> Work order
Each line below from the one containing "v -96.706 330.491 0" through the one containing "v -96.929 331.964 260" is to be given again exactly, and no line outside that span.

> Data shown
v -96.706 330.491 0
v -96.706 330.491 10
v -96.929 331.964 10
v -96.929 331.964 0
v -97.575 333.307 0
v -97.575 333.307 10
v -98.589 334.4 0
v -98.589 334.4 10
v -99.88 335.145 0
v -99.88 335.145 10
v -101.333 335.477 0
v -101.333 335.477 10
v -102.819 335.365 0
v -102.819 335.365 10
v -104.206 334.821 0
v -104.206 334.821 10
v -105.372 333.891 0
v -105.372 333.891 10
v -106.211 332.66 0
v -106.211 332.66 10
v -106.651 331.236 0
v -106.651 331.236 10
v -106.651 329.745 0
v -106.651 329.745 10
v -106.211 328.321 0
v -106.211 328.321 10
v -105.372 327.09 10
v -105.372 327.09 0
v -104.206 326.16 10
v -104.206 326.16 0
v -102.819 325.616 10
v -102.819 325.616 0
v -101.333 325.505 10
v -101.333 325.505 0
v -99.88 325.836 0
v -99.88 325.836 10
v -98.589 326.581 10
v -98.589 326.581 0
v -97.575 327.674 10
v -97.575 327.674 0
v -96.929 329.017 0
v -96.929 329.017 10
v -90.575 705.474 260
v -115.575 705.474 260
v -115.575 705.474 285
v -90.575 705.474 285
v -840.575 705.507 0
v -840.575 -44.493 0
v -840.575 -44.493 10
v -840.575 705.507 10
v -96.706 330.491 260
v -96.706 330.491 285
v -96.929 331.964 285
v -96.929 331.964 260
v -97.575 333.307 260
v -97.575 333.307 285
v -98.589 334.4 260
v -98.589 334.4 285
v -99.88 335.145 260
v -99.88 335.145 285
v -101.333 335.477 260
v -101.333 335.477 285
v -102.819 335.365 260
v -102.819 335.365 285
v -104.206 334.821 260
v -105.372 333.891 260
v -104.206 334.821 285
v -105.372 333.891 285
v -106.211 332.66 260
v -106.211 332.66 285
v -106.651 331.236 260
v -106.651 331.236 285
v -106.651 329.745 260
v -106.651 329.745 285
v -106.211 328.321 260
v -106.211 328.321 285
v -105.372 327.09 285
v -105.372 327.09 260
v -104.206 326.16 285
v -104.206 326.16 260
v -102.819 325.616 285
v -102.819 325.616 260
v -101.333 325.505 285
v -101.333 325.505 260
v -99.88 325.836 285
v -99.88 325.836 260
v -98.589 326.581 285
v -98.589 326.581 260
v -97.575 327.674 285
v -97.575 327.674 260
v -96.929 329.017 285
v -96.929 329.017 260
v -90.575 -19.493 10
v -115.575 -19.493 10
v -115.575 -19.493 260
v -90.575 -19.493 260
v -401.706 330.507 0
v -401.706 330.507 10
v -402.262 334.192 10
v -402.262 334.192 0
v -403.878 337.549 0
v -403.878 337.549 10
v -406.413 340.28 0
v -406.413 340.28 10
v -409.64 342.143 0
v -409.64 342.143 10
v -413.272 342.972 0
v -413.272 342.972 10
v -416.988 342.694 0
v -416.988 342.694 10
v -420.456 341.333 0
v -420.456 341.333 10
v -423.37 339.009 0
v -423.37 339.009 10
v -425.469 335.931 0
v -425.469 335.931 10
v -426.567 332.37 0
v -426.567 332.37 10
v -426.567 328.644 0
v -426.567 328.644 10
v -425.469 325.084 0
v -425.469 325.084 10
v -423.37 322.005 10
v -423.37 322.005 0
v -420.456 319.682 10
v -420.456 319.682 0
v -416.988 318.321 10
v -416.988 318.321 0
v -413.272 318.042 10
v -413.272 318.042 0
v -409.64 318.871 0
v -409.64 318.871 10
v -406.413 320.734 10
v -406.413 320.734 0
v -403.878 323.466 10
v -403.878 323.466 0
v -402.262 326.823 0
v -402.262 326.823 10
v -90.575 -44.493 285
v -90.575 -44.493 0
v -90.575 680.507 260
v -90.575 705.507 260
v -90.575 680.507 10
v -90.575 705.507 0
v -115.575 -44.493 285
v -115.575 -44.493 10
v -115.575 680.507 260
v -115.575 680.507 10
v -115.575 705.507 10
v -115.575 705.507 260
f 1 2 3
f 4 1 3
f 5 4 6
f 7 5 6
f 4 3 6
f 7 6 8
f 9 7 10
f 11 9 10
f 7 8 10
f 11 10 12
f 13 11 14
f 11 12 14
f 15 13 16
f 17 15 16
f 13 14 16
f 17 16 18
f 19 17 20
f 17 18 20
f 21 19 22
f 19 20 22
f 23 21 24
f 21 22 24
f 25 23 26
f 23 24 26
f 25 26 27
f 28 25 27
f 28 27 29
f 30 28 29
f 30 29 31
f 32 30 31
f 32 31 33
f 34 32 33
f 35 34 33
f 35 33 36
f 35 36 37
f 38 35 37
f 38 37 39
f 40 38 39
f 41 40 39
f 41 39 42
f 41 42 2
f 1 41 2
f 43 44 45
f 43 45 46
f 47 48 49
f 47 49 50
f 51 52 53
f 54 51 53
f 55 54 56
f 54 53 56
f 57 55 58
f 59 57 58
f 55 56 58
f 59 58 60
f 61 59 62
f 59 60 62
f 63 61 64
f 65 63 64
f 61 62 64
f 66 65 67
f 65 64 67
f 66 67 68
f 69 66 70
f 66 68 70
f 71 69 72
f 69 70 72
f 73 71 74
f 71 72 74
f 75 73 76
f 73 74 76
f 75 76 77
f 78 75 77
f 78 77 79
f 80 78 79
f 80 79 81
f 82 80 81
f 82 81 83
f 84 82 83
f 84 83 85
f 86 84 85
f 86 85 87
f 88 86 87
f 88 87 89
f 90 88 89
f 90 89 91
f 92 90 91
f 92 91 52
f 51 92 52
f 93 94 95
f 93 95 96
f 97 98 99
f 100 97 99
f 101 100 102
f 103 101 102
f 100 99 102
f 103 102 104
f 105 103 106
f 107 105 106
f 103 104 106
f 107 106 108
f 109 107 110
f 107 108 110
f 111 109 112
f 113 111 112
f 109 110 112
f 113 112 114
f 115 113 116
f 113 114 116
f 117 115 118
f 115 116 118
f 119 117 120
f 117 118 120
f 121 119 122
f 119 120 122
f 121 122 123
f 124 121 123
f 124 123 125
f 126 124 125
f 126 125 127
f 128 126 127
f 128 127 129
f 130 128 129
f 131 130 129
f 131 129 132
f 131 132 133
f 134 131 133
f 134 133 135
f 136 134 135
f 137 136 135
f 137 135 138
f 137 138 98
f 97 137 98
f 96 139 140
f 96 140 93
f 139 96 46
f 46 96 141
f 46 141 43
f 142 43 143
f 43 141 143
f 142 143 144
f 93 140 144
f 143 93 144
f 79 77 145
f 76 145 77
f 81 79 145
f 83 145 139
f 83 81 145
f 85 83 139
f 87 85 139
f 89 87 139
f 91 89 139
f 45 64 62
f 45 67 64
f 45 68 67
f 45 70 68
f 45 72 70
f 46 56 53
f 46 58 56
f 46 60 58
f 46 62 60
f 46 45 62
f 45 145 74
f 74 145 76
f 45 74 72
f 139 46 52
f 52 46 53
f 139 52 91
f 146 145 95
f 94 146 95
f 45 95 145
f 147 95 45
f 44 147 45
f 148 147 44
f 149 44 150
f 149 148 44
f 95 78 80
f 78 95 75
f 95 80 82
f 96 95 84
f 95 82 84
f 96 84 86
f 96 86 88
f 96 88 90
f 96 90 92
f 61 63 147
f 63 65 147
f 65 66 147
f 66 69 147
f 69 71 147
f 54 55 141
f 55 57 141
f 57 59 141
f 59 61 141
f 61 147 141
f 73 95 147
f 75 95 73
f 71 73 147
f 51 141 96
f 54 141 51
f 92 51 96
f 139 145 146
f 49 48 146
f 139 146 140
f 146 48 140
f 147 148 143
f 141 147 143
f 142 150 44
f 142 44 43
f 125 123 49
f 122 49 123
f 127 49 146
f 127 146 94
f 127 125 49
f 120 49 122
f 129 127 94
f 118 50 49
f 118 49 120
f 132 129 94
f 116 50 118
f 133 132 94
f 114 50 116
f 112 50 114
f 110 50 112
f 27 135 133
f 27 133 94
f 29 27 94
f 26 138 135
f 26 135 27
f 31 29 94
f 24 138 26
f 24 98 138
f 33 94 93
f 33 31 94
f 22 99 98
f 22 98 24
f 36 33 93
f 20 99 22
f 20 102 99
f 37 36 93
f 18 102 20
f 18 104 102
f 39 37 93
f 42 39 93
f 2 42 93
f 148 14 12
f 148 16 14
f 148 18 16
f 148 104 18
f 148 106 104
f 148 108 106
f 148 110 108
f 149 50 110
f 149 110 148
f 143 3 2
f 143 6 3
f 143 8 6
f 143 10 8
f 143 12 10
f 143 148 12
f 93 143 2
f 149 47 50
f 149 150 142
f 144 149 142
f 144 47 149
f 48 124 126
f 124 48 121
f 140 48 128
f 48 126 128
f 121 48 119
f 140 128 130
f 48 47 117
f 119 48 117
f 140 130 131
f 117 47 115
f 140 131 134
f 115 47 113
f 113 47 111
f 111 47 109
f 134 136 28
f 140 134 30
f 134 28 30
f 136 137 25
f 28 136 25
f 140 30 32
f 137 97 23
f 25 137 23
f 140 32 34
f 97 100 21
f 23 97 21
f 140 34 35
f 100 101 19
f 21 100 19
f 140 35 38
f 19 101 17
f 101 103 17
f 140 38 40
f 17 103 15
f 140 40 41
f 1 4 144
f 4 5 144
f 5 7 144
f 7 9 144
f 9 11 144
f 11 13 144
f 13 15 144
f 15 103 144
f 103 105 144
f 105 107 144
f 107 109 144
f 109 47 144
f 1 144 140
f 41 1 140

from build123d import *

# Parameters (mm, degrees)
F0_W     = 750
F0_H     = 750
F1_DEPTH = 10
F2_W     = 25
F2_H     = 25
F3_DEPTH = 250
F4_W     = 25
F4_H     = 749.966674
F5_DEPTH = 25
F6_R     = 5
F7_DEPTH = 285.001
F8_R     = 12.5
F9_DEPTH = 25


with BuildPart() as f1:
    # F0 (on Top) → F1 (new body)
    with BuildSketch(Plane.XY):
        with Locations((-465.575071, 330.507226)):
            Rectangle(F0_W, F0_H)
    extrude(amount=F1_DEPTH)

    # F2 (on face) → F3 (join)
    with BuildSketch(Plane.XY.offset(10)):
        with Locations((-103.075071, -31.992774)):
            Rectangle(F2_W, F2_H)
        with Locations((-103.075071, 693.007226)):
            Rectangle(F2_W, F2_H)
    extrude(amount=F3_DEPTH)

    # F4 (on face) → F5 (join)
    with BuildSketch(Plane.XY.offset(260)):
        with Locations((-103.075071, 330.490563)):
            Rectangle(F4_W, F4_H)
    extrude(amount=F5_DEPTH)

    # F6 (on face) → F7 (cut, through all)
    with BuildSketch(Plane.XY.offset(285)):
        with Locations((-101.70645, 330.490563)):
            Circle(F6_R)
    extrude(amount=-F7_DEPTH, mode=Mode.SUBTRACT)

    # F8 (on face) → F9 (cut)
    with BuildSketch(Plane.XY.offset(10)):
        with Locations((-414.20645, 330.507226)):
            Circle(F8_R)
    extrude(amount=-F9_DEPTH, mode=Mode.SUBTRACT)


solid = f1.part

* * *

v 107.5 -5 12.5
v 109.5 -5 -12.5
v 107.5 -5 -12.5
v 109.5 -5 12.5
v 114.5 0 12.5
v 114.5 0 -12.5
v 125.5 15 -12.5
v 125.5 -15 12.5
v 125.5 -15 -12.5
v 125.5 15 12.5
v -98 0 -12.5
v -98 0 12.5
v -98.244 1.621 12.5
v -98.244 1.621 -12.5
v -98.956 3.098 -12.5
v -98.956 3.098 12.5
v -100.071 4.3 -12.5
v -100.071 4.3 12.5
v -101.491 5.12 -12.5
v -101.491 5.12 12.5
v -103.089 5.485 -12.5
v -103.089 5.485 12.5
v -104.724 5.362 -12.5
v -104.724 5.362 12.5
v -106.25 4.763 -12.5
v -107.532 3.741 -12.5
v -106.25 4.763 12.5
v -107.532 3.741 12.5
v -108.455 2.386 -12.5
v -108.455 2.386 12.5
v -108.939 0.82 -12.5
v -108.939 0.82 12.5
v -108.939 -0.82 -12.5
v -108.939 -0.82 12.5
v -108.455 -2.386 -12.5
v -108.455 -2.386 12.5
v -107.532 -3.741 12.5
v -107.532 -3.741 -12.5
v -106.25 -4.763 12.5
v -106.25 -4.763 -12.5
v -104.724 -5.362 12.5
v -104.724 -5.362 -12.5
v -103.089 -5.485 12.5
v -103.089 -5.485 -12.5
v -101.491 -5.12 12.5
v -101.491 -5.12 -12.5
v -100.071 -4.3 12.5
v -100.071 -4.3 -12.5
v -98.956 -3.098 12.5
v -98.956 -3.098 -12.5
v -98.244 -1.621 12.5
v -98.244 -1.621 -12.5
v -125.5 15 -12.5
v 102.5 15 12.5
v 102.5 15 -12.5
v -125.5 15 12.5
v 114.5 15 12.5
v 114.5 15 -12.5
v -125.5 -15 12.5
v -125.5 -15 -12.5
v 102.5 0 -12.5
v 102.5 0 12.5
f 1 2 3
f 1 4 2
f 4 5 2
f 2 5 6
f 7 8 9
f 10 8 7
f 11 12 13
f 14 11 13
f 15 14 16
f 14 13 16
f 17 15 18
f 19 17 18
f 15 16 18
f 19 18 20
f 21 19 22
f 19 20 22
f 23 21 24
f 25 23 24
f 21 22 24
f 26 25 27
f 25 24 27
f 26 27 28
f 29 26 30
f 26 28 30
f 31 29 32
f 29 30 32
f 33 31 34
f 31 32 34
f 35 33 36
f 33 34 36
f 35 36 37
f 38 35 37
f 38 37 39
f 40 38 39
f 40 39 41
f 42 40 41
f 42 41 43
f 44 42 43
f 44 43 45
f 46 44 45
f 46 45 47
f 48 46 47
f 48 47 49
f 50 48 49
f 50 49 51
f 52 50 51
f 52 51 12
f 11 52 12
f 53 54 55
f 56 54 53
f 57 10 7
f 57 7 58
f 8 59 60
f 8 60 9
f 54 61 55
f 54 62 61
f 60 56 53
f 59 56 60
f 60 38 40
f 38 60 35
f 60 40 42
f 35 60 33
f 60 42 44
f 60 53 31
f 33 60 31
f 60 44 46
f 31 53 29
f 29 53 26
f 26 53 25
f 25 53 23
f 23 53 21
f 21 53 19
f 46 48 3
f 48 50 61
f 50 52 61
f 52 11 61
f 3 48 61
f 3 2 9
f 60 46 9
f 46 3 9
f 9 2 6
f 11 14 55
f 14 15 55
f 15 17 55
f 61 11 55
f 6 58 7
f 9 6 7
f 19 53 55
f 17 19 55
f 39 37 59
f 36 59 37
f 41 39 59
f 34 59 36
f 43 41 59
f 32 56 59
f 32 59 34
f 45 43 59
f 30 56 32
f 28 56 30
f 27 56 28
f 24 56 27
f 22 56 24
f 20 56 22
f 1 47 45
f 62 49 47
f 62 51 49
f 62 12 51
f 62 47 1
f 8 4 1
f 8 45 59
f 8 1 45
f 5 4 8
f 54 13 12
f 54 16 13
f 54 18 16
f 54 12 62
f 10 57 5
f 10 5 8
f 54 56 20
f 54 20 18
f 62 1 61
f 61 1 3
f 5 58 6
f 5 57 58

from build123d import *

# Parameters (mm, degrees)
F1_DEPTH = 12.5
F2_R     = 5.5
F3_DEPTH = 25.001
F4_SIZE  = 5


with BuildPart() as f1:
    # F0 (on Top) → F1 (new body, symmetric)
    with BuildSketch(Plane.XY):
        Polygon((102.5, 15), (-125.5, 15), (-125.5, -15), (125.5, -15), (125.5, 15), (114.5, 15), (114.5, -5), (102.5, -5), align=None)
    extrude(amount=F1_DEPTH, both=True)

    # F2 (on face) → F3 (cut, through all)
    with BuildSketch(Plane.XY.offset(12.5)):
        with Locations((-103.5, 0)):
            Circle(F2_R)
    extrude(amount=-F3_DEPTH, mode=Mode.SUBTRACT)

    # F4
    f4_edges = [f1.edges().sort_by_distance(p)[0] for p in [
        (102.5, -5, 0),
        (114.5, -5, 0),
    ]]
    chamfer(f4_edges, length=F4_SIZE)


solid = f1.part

---

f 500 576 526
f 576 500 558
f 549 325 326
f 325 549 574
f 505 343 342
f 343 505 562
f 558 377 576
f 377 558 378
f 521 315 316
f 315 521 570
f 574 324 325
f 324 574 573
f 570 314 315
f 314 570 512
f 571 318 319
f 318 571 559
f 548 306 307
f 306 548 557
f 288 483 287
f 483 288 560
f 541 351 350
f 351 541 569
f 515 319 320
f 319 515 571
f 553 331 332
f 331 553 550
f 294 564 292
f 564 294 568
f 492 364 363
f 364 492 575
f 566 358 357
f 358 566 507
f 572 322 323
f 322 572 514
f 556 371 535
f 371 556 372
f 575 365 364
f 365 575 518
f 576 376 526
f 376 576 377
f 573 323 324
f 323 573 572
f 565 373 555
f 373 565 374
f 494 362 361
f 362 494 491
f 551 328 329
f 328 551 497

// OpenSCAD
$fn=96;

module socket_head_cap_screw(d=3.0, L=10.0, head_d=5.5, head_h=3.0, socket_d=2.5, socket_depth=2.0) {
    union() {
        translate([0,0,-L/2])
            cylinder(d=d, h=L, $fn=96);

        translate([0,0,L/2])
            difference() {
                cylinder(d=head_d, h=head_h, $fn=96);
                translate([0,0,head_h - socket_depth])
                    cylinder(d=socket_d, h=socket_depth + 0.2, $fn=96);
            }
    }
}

> Task result
v -96.706 330.491 0
v -96.706 330.491 10
v -96.929 331.964 10
v -96.929 331.964 0
v -97.575 333.307 0
v -97.575 333.307 10
v -98.589 334.4 0
v -98.589 334.4 10
v -99.88 335.145 0
v -99.88 335.145 10
v -101.333 335.477 0
v -101.333 335.477 10
v -102.819 335.365 0
v -102.819 335.365 10
v -104.206 334.821 0
v -104.206 334.821 10
v -105.372 333.891 0
v -105.372 333.891 10
v -106.211 332.66 0
v -106.211 332.66 10
v -106.651 331.236 0
v -106.651 331.236 10
v -106.651 329.745 0
v -106.651 329.745 10
v -106.211 328.321 0
v -106.211 328.321 10
v -105.372 327.09 10
v -105.372 327.09 0
v -104.206 326.16 10
v -104.206 326.16 0
v -102.819 325.616 10
v -102.819 325.616 0
v -101.333 325.505 10
v -101.333 325.505 0
v -99.88 325.836 0
v -99.88 325.836 10
v -98.589 326.581 10
v -98.589 326.581 0
v -97.575 327.674 10
v -97.575 327.674 0
v -96.929 329.017 0
v -96.929 329.017 10
v -90.575 705.474 260
v -115.575 705.474 260
v -115.575 705.474 285
v -90.575 705.474 285
v -840.575 705.507 0
v -840.575 -44.493 0
v -840.575 -44.493 10
v -840.575 705.507 10
v -96.706 330.491 260
v -96.706 330.491 285
v -96.929 331.964 285
v -96.929 331.964 260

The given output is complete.